Please set down only the lines between the line containing "v 16.607 7.41 9.521" and the end of the records, inclusive, exactly as they stand.

====== RECORD EXCERPTS

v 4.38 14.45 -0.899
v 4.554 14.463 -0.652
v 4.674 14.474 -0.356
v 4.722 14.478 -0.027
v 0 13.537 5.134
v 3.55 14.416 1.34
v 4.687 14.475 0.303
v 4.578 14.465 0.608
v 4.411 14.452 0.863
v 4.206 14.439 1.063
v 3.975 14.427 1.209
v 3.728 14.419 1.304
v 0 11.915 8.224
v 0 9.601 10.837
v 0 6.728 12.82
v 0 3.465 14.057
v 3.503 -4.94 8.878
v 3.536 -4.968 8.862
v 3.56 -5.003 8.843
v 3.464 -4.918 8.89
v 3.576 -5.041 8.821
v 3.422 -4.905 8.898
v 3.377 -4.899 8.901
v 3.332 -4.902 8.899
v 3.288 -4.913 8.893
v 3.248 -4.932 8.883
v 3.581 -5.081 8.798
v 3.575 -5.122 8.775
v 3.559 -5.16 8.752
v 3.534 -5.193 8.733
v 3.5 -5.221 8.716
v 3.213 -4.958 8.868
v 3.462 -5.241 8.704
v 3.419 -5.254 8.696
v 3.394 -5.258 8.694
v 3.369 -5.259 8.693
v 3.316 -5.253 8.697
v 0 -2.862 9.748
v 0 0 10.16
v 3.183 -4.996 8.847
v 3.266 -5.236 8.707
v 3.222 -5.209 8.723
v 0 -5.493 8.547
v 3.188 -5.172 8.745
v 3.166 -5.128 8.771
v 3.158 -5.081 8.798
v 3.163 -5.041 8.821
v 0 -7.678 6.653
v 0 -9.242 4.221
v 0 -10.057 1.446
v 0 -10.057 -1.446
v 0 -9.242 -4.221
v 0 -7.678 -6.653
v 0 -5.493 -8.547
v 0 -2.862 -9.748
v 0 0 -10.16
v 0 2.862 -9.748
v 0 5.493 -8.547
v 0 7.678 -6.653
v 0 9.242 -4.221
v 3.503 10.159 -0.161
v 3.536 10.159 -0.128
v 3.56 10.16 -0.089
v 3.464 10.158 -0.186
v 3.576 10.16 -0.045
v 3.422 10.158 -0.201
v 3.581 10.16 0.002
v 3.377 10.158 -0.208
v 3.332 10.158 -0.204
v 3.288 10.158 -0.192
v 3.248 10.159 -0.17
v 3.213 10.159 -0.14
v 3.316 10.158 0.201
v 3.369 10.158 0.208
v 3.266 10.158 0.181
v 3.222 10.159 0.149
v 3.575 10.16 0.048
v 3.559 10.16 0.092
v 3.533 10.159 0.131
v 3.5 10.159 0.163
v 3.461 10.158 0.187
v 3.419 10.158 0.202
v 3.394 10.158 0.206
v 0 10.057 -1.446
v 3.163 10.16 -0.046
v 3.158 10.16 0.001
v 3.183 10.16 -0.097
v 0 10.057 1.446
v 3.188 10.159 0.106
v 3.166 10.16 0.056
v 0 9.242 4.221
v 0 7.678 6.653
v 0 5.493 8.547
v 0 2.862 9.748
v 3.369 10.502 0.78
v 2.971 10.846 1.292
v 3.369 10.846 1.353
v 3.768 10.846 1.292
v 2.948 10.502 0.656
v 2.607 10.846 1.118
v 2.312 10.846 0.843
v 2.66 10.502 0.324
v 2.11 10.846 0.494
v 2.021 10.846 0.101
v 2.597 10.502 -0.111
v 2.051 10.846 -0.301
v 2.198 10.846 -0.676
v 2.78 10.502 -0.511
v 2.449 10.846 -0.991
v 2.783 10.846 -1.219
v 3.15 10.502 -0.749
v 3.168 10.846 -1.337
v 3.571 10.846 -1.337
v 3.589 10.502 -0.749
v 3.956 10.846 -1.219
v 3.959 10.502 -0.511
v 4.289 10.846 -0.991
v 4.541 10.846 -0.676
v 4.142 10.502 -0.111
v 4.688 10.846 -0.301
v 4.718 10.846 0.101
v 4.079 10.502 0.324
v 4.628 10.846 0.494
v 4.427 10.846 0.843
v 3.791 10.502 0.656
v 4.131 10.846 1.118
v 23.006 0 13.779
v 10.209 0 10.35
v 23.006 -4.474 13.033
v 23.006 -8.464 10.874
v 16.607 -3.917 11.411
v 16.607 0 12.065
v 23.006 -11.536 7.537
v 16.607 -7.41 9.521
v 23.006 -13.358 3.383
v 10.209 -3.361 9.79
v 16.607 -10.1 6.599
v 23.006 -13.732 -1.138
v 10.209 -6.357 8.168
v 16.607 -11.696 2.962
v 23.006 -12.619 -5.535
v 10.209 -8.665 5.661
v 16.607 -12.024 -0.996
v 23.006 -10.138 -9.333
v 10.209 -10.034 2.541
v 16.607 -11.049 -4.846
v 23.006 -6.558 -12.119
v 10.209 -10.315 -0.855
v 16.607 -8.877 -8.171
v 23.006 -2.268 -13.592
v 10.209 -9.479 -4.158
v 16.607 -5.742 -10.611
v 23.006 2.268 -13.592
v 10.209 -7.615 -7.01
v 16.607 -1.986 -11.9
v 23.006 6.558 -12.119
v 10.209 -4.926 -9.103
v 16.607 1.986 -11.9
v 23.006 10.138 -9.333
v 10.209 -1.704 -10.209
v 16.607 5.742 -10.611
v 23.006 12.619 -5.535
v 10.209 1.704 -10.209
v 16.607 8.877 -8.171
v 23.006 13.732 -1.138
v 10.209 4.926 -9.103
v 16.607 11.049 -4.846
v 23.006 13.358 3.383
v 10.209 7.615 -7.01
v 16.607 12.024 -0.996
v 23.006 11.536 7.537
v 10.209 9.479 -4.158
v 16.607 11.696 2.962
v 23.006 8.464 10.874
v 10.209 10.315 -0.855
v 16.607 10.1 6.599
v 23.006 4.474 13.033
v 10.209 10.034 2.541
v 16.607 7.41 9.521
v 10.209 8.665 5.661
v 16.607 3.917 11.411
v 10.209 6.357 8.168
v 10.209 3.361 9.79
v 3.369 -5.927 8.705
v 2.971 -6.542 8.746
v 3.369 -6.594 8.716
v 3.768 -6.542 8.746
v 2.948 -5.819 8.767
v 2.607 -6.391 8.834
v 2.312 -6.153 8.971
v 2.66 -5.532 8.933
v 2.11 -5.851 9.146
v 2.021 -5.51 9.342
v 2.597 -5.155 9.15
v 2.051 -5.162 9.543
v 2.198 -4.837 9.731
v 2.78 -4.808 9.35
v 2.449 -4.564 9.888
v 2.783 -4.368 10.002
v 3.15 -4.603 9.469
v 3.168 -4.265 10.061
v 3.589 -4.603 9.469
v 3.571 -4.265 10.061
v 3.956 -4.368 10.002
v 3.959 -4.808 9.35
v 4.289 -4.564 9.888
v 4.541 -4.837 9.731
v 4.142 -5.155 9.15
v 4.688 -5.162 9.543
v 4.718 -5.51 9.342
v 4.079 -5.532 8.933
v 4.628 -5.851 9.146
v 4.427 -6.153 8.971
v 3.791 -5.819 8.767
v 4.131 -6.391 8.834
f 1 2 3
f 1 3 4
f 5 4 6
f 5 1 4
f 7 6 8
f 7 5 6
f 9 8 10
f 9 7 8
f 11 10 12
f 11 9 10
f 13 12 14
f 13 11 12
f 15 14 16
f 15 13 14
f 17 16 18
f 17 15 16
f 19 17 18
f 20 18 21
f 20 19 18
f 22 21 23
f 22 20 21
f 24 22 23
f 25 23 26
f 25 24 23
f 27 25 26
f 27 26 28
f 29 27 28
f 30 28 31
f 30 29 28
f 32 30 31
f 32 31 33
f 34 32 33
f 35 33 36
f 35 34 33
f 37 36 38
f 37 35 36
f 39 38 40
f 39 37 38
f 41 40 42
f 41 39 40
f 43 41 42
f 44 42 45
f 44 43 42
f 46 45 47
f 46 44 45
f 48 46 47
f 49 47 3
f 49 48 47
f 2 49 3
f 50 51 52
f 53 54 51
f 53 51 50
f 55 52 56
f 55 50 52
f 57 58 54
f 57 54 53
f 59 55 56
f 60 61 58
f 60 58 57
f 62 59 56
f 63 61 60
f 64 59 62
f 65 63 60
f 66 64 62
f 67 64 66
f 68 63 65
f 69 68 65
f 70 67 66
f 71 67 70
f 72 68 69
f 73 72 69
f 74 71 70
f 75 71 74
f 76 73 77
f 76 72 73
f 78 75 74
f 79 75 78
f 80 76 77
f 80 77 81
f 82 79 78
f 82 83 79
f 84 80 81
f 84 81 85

============

[THE ANSWER]
v 16.607 7.41 9.521
v 10.209 8.665 5.661
v 16.607 3.917 11.411
v 10.209 6.357 8.168
v 10.209 3.361 9.79
v 3.369 -5.927 8.705
v 2.971 -6.542 8.746
v 3.369 -6.594 8.716
v 3.768 -6.542 8.746
v 2.948 -5.819 8.767
v 2.607 -6.391 8.834
v 2.312 -6.153 8.971
v 2.66 -5.532 8.933
v 2.11 -5.851 9.146
v 2.021 -5.51 9.342
v 2.597 -5.155 9.15
v 2.051 -5.162 9.543
v 2.198 -4.837 9.731
v 2.78 -4.808 9.35
v 2.449 -4.564 9.888
v 2.783 -4.368 10.002
v 3.15 -4.603 9.469
v 3.168 -4.265 10.061
v 3.589 -4.603 9.469
v 3.571 -4.265 10.061
v 3.956 -4.368 10.002
v 3.959 -4.808 9.35
v 4.289 -4.564 9.888
v 4.541 -4.837 9.731
v 4.142 -5.155 9.15
v 4.688 -5.162 9.543
v 4.718 -5.51 9.342
v 4.079 -5.532 8.933
v 4.628 -5.851 9.146
v 4.427 -6.153 8.971
v 3.791 -5.819 8.767
v 4.131 -6.391 8.834
f 1 2 3
f 1 3 4
f 5 4 6
f 5 1 4
f 7 6 8
f 7 5 6
f 9 8 10
f 9 7 8
f 11 10 12
f 11 9 10
f 13 12 14
f 13 11 12
f 15 14 16
f 15 13 14
f 17 16 18
f 17 15 16
f 19 17 18
f 20 18 21
f 20 19 18
f 22 21 23
f 22 20 21
f 24 22 23
f 25 23 26
f 25 24 23
f 27 25 26
f 27 26 28
f 29 27 28
f 30 28 31
f 30 29 28
f 32 30 31
f 32 31 33
f 34 32 33
f 35 33 36
f 35 34 33
f 37 36 38
f 37 35 36
f 39 38 40
f 39 37 38
f 41 40 42
f 41 39 40
f 43 41 42
f 44 42 45
f 44 43 42
f 46 45 47
f 46 44 45
f 48 46 47
f 49 47 3
f 49 48 47
f 2 49 3
f 50 51 52
f 53 54 51
f 53 51 50
f 55 52 56
f 55 50 52
f 57 58 54
f 57 54 53
f 59 55 56
f 60 61 58
f 60 58 57
f 62 59 56
f 63 61 60
f 64 59 62
f 65 63 60
f 66 64 62
f 67 64 66
f 68 63 65
f 69 68 65
f 70 67 66
f 71 67 70
f 72 68 69
f 73 72 69
f 74 71 70
f 75 71 74
f 76 73 77
f 76 72 73
f 78 75 74
f 79 75 78
f 80 76 77
f 80 77 81
f 82 79 78
f 82 83 79
f 84 80 81
f 84 81 85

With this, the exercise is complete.